Mine QUOTE="mattyro7878, post: 12069408, member: 298798"]I have the stream4k hooked into one of my Sony 1040's HDMI inputs. It immediately knew the codecs to use..DD+ and so on. Volume immediately worked. I was amazed. I keep CEC off.[/QUOTE]

Mine works fine, too, as long as I back down the "Stream 4k" video from HDR. But I bought it for the 4K UHD, Dolby Vision, HDR. It's the only device going through my Onkyo Tx Nr 646 that can't function at the highest resolution with the Dolby Vision (HDR). I'm not sure your 2013 Sony is capable of passing HDR so it's probably a non issue for you.

[


----------



## pshivers (Nov 4, 2013)

I have my TS4K connected to hdmi on my Onkyo TX-NR1030 receiver. It works without any issues now that the CEC fix has been applied. I do not have a 4K TV yet as my 10 year old Samsung 55" refuses to die! lol

I'm using the Tivo Stream full time now, replacing my TiVo Roamio and my Roku. I did add a Air TV2 for OTA channels using the Sling app which is also working out well.

Just about ready to cancel cable TV from Suddenlink as I will be saving some money and have programming much more to my liking from Sling.

I will miss a number of the Tivo Roamio's features...

Paul Shivers


----------



## aaronwt (Jan 31, 2002)

Rickjb said:


> Mine works fine, too, as long as I back down the "Stream 4k" video from HDR. But I bought it for the 4K UHD, Dolby Vision, HDR. It's the only device going through my Onkyo Tx Nr 646 that can't function at the highest resolution with the Dolby Vision (HDR). I'm not sure your 2013 Sony is capable of passing HDR so it's probably a non issue for you.
> 
> [


With my Onkyo 656, the Stream 4k did not have any issues. 2160P60 with DV or HDR10 had no flickering or black screen issues.


----------



## Rickjb (Jun 9, 2020)

aaronwt said:


> With my Onkyo 656, the Stream 4k did not have any issues. 2160P60 with DV or HDR10 had no flickering or black screen issues.

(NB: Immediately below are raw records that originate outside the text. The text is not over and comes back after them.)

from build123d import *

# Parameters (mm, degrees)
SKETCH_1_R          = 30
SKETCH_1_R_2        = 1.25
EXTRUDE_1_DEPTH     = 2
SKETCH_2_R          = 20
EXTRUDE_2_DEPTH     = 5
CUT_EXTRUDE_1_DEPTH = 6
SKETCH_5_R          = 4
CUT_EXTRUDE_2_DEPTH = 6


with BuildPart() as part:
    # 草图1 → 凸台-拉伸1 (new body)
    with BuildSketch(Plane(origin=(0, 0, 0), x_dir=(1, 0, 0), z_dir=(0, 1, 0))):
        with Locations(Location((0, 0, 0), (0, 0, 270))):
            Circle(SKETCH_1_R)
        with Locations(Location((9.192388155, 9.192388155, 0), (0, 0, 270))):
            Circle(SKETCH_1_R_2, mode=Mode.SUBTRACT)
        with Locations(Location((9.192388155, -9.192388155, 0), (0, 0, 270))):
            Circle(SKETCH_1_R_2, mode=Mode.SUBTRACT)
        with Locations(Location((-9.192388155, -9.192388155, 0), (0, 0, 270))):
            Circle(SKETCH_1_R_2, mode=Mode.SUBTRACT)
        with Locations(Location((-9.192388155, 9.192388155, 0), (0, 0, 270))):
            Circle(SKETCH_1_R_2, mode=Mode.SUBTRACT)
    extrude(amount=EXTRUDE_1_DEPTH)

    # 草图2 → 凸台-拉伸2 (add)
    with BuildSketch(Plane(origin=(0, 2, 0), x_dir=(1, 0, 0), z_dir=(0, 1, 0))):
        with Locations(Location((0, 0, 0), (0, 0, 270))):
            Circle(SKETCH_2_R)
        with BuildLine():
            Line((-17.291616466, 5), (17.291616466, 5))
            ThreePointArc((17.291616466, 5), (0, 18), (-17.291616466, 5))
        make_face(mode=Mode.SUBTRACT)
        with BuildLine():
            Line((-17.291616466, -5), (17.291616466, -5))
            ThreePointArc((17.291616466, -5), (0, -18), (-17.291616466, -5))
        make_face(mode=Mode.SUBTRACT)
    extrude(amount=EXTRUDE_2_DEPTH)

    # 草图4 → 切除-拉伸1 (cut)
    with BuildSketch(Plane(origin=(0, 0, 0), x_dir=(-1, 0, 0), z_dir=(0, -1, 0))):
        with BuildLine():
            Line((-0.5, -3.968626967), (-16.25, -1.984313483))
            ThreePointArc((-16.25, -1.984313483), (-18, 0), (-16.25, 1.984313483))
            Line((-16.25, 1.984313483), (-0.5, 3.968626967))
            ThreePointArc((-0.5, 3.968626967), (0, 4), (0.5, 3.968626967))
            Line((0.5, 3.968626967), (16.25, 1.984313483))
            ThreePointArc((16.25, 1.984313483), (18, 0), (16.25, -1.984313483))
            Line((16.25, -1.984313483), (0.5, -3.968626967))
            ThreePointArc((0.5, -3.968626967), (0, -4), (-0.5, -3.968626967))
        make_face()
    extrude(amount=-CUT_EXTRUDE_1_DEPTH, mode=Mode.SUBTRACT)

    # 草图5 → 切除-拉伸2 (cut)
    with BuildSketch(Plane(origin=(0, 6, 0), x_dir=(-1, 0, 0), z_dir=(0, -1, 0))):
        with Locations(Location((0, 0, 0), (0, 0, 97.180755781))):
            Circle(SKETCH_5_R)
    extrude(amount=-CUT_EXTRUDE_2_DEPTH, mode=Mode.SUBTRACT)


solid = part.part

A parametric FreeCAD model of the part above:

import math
import FreeCAD as App
import Part
import Sketcher

V = App.Vector
Q = App.Units.Quantity

doc = App.newDocument("Part")
body = doc.addObject("PartDesign::Body", "Body")

# Sketch on XZ plane
sketch1 = body.newObject("Sketcher::SketchObject", "Sketch")
sketch1.AttachmentSupport = (doc.getObject("XZ_Plane"), [""])
sketch1.MapMode = "FlatFace"
sketch1.addGeometry([
    Part.Circle(V(0, 0, 0), V(0, 0, 1), 30),  # 0
    Part.Circle(V(-9.2, -9.2, 0), V(0, 0, 1), 1.2),  # 1
    Part.Circle(V(-9.2, 9.2, 0), V(0, 0, 1), 1.2),  # 2
    Part.Circle(V(9.2, -9.2, 0), V(0, 0, 1), 1.2),  # 3
    Part.Circle(V(9.2, 9.2, 0), V(0, 0, 1), 1.2),  # 4
], False)
sketch1.addConstraint([
    Sketcher.Constraint("Coincident", 0, 3, -1, 1),
    Sketcher.Constraint("Equal", 1, 2),
    Sketcher.Constraint("Equal", 2, 3),
    Sketcher.Constraint("Equal", 3, 4),
    Sketcher.Constraint("Symmetric", 2, 3, 3, 3, -1, 1),
    Sketcher.Constraint("Symmetric", 1, 3, 4, 3, -1, 1),
    Sketcher.Constraint("Symmetric", 1, 3, 3, 3, -2),
    Sketcher.Constraint("Diameter", 0, Q("60 mm")),
    Sketcher.Constraint("Diameter", 1, Q("2.5 mm")),
    Sketcher.Constraint("DistanceX", 1, 3, -1, 1, Q("9.192388 mm")),
    Sketcher.Constraint("DistanceY", 1, 3, -1, 1, Q("9.192388 mm")),
])
pad1 = body.newObject("PartDesign::Pad", "Pad")
pad1.Profile = sketch1
pad1.Length = 2
pad1.Reversed = True

# Sketch on XZ plane
sketch2 = body.newObject("Sketcher::SketchObject", "Sketch001")
sketch2.AttachmentSupport = (doc.getObject("XZ_Plane"), [""])
sketch2.MapMode = "FlatFace"
sketch2.AttachmentOffset = App.Placement(V(0, 0, -2), App.Rotation())
sketch2.addGeometry([
    Part.Circle(V(0, 0, 0), V(0, 0, 1), 20),  # 0
    Part.LineSegment(V(17, -5, 0), V(-17, -5, 0)),  # 1
    Part.ArcOfCircle(Part.Circle(V(0, 0, 0), V(0, 0, 1), 18), math.radians(-164), math.radians(-16)),  # 2
    Part.ArcOfCircle(Part.Circle(V(0, 0, 0), V(0, 0, 1), 18), math.radians(16), math.radians(164)),  # 3
    Part.LineSegment(V(-17, 5, 0), V(17, 5, 0)),  # 4
], False)
sketch2.addConstraint([
    Sketcher.Constraint("Coincident", 1, 1, 2, 2),
    Sketcher.Constraint("Coincident", 2, 1, 1, 2),
    Sketcher.Constraint("Coincident", 3, 1, 4, 2),
    Sketcher.Constraint("Coincident", 4, 1, 3, 2),
    Sketcher.Constraint("Horizontal", 1),
    Sketcher.Constraint("Horizontal", 4),
    Sketcher.Constraint("Coincident", 0, 3, -1, 1),
    Sketcher.Constraint("Coincident", 2, 3, -1, 1),
    Sketcher.Constraint("Coincident", 3, 3, -1, 1),
    Sketcher.Constraint("Equal", 2, 3),
    Sketcher.Constraint("Vertical", 1, 1, 3, 1),
    Sketcher.Constraint("Diameter", 0, Q("40 mm")),
    Sketcher.Constraint("Radius", 2, Q("18 mm")),
    Sketcher.Constraint("DistanceY", 1, 1, -1, 1, Q("5 mm")),
])
pad2 = body.newObject("PartDesign::Pad", "Pad001")
pad2.Profile = sketch2
pad2.Length = 5
pad2.Reversed = True

# Sketch on XZ plane
sketch3 = body.newObject("Sketcher::SketchObject", "Sketch002")
sketch3.AttachmentSupport = (doc.getObject("XZ_Plane"), [""])
sketch3.MapMode = "FlatFace"
sketch3.addGeometry([
    Part.LineSegment(V(16.2, 2, 0), V(0.5, 4, 0)),  # 0
    Part.ArcOfCircle(Part.Circle(V(0, 0, 0), V(0, 0, 1), 4), math.radians(82.82), math.radians(97.18)),  # 1
    Part.LineSegment(V(-0.5, 4, 0), V(-16.2, 2, 0)),  # 2
    Part.ArcOfCircle(Part.Circle(V(-16, 0, 0), V(0, 0, 1), 2), math.radians(97), math.radians(263)),  # 3
    Part.LineSegment(V(-16.2, -2, 0), V(-0.5, -4, 0)),  # 4
    Part.ArcOfCircle(Part.Circle(V(0, 0, 0), V(0, 0, 1), 4), math.radians(-97.18), math.radians(-82.82)),  # 5
    Part.LineSegment(V(0.5, -4, 0), V(16.2, -2, 0)),  # 6
    Part.ArcOfCircle(Part.Circle(V(16, 0, 0), V(0, 0, 1), 2), math.radians(-83), math.radians(83)),  # 7
], False)
sketch3.addConstraint([
    Sketcher.Constraint("Tangent", 0, 2, 1, 1),
    Sketcher.Constraint("Tangent", 1, 2, 2, 1),
    Sketcher.Constraint("Tangent", 2, 2, 3, 1),
    Sketcher.Constraint("Tangent", 3, 2, 4, 1),
    Sketcher.Constraint("Tangent", 4, 2, 5, 1),
    Sketcher.Constraint("Tangent", 5, 2, 6, 1),
    Sketcher.Constraint("Tangent", 6, 2, 7, 1),
    Sketcher.Constraint("Tangent", 7, 2, 0, 1),
    Sketcher.Constraint("Coincident", 1, 3, -1, 1),
    Sketcher.Constraint("Coincident", 5, 3, -1, 1),
    Sketcher.Constraint("Equal", 1, 5),
    Sketcher.Constraint("Equal", 3, 7),
    Sketcher.Constraint("Symmetric", 3, 3, 7, 3, -1, 1),
    Sketcher.Constraint("PointOnObject", 3, 3, -1),
    Sketcher.Constraint("Radius", 1, Q("4 mm")),
    Sketcher.Constraint("Radius", 3, Q("2 mm")),
    Sketcher.Constraint("DistanceX", 3, 3, -1, 1, Q("16 mm")),
])
pocket1 = body.newObject("PartDesign::Pocket", "Pocket")
pocket1.Profile = sketch3
pocket1.Length = 6

# Sketch on XZ plane
sketch4 = body.newObject("Sketcher::SketchObject", "Sketch003")
sketch4.AttachmentSupport = (doc.getObject("XZ_Plane"), [""])
sketch4.MapMode = "FlatFace"
sketch4.AttachmentOffset = App.Placement(V(0, 0, -6), App.Rotation())
sketch4.addGeometry(Part.Circle(V(0, 0, 0), V(0, 0, 1), 4), False)
sketch4.addConstraint([
    Sketcher.Constraint("Coincident", 0, 3, -1, 1),
    Sketcher.Constraint("Diameter", 0, Q("8 mm")),
])
pocket2 = body.newObject("PartDesign::Pocket", "Pocket001")
pocket2.Profile = sketch4
pocket2.Length = 6

doc.recompute()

Thanks. That's the info I was looking for. My xbox one s and Bolt work perfectly through the Onkyo 646 but the Stream 4k didn't. Maybe its HDMI cable shopping time.


----------



## pshivers (Nov 4, 2013)

Rickjb said:


> Thanks. That's the info I was looking for. My xbox one s and Bolt work perfectly through the Onkyo 646 but the Stream 4k didn't. Maybe its HDMI cable shopping time.


I got an overall improvement on my Onkyo NX1040 when I swapped out all of my 10 year old "Amazon Basic" hdmi cables with new high quality cables.
Primary improvement is my ARC channel works 100% of the time now, it was very temperamental with the old cables. I did use a little hdmi gender bender so I could connect my TS4K using the cable that use to be for my Roku.

Paul Shivers


----------



## Steveknj (Mar 10, 2003)

I have mine going through my Denon AVR and since they fixed the CEC issues (Ive gone into settings and turned CEC off), it works better, but still not perfect, but I don't know if the issue is with my Harmony Remote or the AVR. When I switch inputs on the Harmony it often doesn't switch to the input and turn on the screen for the TiVo streamer. Also switching FROM the streamer to another input doesn't always work as it should and usually puts the AVR into mute. But, I will say that when I added the device to my Harmony, it didn't have the device listed to it had to "learn" the device. Has it been added to the Harmony database? Maybe once it's added, all the functionality will work correctly.


----------



## Rickjb (Jun 9, 2020)

Steveknj said:


> I have mine going through my Denon AVR and since they fixed the CEC issues (Ive gone into settings and turned CEC off), it works better, but still not perfect, but I don't know if the issue is with my Harmony Remote or the AVR. When I switch inputs on the Harmony it often doesn't switch to the input and turn on the screen for the TiVo streamer. Also switching FROM the streamer to another input doesn't always work as it should and usually puts the AVR into mute. But, I will say that when I added the device to my Harmony, it didn't have the device listed to it had to "learn" the device. Has it been added to the Harmony database? Maybe once it's added, all the functionality will work correctly.


Use Nvidia as the manufacturer and shield as the model number when adding a device to Harmony, assuming you have the Harmony hub, this should work. Not perfect but, pretty near.


----------